Not really up for dragging my reptiles round London either, but a drink in a pub with other London members would be great.


----------



## Silvermoon77 (Dec 24, 2007)

Hi everyone!

Really happy to see that the thread has been resurrected!
Personally, I would not take my little ones with me in the cold, etc. and the point (for me, again) of the exercise is to meet other herps-keepers to socialise and have a drink.

Anyway... 
Central London works well for me, what about Ben's Crouch, near Oxford Circus? Or maybe The Hobgoblin, in Camden? The latter is deserted during WE afternoons.


----------



## Mitch_Moshi (Apr 18, 2008)

Silvermoon77 said:


> Anyway...
> Central London works well for me, what about Ben's Crouch, near Oxford Circus? Or maybe The Hobgoblin, in Camden? The latter is deserted during WE afternoons.
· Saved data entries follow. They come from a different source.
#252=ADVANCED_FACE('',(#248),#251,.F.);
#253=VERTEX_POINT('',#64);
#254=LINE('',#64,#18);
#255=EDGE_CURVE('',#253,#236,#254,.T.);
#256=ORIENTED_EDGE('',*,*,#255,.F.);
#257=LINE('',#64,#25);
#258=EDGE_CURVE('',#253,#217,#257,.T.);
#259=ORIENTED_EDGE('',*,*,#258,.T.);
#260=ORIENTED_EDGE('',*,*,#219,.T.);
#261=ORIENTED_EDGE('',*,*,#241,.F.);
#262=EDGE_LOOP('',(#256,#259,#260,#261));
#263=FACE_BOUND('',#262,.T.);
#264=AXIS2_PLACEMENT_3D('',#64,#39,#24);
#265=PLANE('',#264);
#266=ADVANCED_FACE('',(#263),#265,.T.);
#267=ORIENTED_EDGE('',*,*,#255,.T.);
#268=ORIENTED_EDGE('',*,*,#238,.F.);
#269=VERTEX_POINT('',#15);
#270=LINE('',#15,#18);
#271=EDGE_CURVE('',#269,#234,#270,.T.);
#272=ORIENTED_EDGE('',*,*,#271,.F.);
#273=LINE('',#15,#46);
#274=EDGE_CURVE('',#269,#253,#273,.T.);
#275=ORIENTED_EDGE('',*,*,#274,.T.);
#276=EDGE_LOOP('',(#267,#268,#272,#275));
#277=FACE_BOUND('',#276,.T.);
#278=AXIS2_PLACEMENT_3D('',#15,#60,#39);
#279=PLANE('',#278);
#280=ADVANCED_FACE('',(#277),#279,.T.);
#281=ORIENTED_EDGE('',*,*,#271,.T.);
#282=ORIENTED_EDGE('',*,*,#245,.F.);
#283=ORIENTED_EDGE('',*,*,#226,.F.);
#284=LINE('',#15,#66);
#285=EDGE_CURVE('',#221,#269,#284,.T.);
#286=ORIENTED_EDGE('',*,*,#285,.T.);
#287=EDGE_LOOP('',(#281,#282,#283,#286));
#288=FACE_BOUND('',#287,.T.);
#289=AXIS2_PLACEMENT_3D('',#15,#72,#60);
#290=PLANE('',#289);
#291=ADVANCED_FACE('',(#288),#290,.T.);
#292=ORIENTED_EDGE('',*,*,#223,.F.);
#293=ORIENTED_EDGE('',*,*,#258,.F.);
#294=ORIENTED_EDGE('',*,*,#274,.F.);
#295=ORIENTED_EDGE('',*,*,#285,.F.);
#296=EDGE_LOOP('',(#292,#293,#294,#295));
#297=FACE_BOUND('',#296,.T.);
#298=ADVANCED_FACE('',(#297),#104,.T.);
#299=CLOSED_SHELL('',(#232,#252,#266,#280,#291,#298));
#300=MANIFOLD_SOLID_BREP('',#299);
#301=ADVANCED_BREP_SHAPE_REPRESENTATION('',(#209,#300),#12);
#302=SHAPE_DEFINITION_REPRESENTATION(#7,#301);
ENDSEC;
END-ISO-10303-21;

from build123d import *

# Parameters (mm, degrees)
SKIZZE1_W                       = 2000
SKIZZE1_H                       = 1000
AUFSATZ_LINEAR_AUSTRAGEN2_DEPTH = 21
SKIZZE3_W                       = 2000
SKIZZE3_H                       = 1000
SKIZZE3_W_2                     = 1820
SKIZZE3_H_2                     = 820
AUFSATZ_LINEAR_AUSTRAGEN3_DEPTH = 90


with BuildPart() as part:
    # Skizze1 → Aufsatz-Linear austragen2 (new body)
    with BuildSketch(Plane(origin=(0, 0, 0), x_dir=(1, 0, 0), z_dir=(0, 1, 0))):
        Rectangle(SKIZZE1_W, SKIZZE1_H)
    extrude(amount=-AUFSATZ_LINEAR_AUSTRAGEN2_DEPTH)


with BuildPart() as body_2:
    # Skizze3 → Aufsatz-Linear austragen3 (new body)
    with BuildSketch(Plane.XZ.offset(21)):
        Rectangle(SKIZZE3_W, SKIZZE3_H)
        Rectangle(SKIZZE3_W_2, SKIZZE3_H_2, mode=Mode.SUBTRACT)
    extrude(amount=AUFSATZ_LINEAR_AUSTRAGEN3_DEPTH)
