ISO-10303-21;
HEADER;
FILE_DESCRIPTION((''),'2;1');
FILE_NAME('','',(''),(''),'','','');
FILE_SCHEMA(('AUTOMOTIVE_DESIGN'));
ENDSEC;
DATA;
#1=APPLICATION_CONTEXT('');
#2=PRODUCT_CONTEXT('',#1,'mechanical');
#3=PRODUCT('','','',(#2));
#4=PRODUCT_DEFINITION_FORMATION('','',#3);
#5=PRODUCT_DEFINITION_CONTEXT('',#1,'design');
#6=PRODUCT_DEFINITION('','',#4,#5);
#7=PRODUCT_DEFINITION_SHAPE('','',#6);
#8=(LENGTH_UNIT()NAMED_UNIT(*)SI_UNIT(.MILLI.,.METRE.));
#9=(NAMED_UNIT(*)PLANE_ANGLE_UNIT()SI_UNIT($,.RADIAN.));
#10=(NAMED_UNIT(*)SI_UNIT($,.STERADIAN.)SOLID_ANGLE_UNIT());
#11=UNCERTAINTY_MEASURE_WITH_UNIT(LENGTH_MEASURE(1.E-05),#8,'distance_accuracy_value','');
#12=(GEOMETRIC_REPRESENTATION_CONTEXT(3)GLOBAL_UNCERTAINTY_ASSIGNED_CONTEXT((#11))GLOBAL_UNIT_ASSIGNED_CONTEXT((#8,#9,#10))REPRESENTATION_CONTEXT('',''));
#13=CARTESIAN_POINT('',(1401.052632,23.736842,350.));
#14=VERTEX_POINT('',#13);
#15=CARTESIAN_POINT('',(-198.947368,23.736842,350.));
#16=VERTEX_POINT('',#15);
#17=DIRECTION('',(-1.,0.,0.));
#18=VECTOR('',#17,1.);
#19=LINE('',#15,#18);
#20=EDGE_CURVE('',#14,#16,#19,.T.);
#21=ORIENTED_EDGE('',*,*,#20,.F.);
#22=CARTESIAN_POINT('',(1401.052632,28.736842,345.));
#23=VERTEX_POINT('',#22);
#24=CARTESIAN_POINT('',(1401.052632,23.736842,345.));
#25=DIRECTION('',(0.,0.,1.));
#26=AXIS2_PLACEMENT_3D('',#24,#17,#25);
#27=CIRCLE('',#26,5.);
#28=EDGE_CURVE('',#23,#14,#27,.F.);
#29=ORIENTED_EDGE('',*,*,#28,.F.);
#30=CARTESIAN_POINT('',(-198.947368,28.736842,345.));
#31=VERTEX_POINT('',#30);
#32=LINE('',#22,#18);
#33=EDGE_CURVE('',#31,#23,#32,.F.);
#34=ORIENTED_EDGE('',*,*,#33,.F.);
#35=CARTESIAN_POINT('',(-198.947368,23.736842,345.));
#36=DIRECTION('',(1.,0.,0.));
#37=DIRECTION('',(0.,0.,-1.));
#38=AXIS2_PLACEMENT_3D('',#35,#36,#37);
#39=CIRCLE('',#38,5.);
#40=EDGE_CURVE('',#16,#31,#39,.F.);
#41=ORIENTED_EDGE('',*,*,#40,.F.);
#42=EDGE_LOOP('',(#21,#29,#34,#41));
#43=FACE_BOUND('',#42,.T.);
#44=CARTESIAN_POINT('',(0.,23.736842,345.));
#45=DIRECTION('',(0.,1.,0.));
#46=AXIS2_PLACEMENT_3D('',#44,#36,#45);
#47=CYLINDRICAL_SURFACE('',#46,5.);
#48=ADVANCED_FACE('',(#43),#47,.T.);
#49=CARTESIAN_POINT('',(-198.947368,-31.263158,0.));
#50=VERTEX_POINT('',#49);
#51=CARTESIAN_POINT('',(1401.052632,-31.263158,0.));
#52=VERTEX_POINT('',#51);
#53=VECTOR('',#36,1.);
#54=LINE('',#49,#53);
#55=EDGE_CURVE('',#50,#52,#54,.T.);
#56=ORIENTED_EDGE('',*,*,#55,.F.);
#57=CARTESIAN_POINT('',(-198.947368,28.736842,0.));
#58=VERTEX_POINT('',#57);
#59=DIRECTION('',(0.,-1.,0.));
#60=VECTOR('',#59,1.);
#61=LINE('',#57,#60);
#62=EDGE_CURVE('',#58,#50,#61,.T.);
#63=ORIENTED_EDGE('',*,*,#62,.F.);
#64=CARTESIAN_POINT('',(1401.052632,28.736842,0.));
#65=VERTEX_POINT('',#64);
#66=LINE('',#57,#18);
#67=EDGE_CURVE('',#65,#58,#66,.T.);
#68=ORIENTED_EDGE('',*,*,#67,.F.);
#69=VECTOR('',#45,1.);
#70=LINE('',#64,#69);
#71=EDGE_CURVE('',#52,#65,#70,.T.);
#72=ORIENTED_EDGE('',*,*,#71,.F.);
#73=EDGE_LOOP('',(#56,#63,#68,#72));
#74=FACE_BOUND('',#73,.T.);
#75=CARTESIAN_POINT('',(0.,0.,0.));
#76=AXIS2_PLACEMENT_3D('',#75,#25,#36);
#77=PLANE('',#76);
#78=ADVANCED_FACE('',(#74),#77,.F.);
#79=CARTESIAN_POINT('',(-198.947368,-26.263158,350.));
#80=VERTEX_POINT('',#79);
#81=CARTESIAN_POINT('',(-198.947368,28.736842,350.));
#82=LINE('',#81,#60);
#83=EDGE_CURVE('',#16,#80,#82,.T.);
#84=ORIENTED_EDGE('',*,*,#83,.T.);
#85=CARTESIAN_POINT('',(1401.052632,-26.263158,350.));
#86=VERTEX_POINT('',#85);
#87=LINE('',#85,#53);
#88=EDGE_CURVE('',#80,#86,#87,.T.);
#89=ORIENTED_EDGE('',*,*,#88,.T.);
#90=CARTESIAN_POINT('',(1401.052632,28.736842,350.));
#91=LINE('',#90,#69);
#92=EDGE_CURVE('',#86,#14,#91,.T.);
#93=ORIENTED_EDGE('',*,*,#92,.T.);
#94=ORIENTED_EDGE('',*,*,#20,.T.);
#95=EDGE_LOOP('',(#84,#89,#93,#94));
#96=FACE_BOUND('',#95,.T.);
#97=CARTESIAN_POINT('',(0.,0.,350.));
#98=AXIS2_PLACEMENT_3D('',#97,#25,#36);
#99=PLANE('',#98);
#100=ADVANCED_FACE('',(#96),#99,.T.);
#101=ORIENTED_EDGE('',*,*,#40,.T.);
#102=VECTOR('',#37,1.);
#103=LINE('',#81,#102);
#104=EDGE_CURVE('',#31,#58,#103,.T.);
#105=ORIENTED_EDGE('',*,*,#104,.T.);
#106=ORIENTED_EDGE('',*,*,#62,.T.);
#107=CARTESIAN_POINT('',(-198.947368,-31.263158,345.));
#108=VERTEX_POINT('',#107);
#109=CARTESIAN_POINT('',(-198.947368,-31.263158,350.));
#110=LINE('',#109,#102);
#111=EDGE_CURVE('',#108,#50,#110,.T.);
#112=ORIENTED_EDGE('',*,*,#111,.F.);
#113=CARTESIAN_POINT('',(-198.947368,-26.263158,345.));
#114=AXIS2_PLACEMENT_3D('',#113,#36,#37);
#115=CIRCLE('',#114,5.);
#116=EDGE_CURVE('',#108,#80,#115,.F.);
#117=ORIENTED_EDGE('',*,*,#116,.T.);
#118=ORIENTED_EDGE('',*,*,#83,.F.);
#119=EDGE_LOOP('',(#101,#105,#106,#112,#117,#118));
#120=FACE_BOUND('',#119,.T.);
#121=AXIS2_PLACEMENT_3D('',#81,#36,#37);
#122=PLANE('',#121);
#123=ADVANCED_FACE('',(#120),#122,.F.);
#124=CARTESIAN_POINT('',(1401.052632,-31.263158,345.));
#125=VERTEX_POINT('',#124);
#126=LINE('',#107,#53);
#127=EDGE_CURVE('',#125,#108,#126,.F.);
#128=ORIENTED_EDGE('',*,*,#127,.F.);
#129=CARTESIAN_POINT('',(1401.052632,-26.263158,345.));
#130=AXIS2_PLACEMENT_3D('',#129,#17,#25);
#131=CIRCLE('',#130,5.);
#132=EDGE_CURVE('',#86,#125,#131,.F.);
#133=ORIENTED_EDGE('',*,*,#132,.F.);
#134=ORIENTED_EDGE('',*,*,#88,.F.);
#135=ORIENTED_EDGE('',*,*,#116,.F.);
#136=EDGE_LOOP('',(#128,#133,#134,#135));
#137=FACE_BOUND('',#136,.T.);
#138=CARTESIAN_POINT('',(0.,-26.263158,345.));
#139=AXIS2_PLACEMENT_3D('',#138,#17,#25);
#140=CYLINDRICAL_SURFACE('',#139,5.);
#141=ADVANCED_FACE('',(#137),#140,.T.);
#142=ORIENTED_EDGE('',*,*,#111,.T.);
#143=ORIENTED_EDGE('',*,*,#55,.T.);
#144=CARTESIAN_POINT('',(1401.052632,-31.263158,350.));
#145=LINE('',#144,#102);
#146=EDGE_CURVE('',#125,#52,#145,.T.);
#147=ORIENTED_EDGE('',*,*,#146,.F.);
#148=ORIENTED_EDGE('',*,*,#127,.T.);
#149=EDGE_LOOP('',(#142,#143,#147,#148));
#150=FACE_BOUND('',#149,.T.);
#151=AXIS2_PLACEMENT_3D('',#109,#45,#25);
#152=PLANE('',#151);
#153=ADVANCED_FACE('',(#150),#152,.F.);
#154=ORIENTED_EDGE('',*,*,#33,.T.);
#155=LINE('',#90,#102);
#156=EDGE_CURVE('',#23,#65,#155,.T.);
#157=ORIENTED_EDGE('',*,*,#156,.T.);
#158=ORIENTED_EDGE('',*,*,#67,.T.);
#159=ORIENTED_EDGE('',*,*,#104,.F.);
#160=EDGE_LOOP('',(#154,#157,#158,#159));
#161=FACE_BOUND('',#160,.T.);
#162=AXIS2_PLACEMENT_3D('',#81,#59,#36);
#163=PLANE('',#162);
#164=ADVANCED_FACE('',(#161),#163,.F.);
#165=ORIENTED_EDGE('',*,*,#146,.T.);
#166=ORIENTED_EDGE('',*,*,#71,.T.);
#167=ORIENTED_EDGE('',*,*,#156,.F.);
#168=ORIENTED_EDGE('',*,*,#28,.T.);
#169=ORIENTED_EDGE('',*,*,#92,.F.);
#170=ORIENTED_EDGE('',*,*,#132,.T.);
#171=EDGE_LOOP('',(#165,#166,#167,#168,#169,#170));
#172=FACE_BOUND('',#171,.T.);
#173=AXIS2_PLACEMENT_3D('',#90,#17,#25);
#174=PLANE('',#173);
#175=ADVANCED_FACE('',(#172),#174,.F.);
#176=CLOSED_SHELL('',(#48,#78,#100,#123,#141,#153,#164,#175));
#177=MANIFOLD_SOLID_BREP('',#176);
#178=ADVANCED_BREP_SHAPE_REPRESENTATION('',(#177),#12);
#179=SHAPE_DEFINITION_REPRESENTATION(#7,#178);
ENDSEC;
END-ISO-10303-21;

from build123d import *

# Parameters (mm, degrees)
SKETCH_1_W        = 1600
SKETCH_1_H        = 60
EXTRUDE_258_DEPTH = 350
FILLET_1_R        = 5


with BuildPart() as part:
    # Эскиз1 → Extrude 258 (new body)
    with BuildSketch(Plane.XY):
        with Locations((601.052631579, -1.263157895)):
            Rectangle(SKETCH_1_W, SKETCH_1_H)
    extrude(amount=EXTRUDE_258_DEPTH)

    # Скругление1
    fillet_1_edges = [part.edges().sort_by_distance(p)[0] for p in [
        (601.052631579, 28.736842105, 350),
        (601.052631579, -31.263157895, 350),
    ]]
    fillet(fillet_1_edges, radius=FILLET_1_R)


solid = part.part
Both are mighty fine pubs 

The Devonshire Arms (Aka The Hobgoblin) has always been quiet when I've been in there 

Ben Crouch's is also a top pub, Have you worked your way through the Adams Family shots yet?


----------



## Silvermoon77 (Dec 24, 2007)

Mitch_Moshi said:


> Both are mighty fine pubs
> 
> The Devonshire Arms (Aka The Hobgoblin) has always been quiet when I've been in there
> 
> Ben Crouch's is also a top pub, Have *you worked your way through the Adams Family shots yet*?


Nooooo, but I spotted them the last time I went there! :devil:
I think we should bring our custom to the Hobgoblin, they deserve some help... Mmmh, this is making me thirsty :beer8:.


----------



## Mitch_Moshi (Apr 18, 2008)

Silvermoon77 said:


> Nooooo, but I spotted them the last time I went there! :devil:
> I think we should bring our custom to the Hobgoblin, they deserve some help... Mmmh, this is making me thirsty :beer8:.


Some of them are a bit tasty, but as with all shots after the first few they end up all tasting the same 

And yes, talk of beer isn't good when beer times are so far away!


----------



## Silvermoon77 (Dec 24, 2007)

Okay, shall we say

*15:00* *on Sunday 4th January at the Hobgoblin in Camden Town*

Would that suit you guys?


----------



## guypettigrew (Mar 10, 2007)

Sounds good to me.

See you there and no, I won't be bringing any animals either!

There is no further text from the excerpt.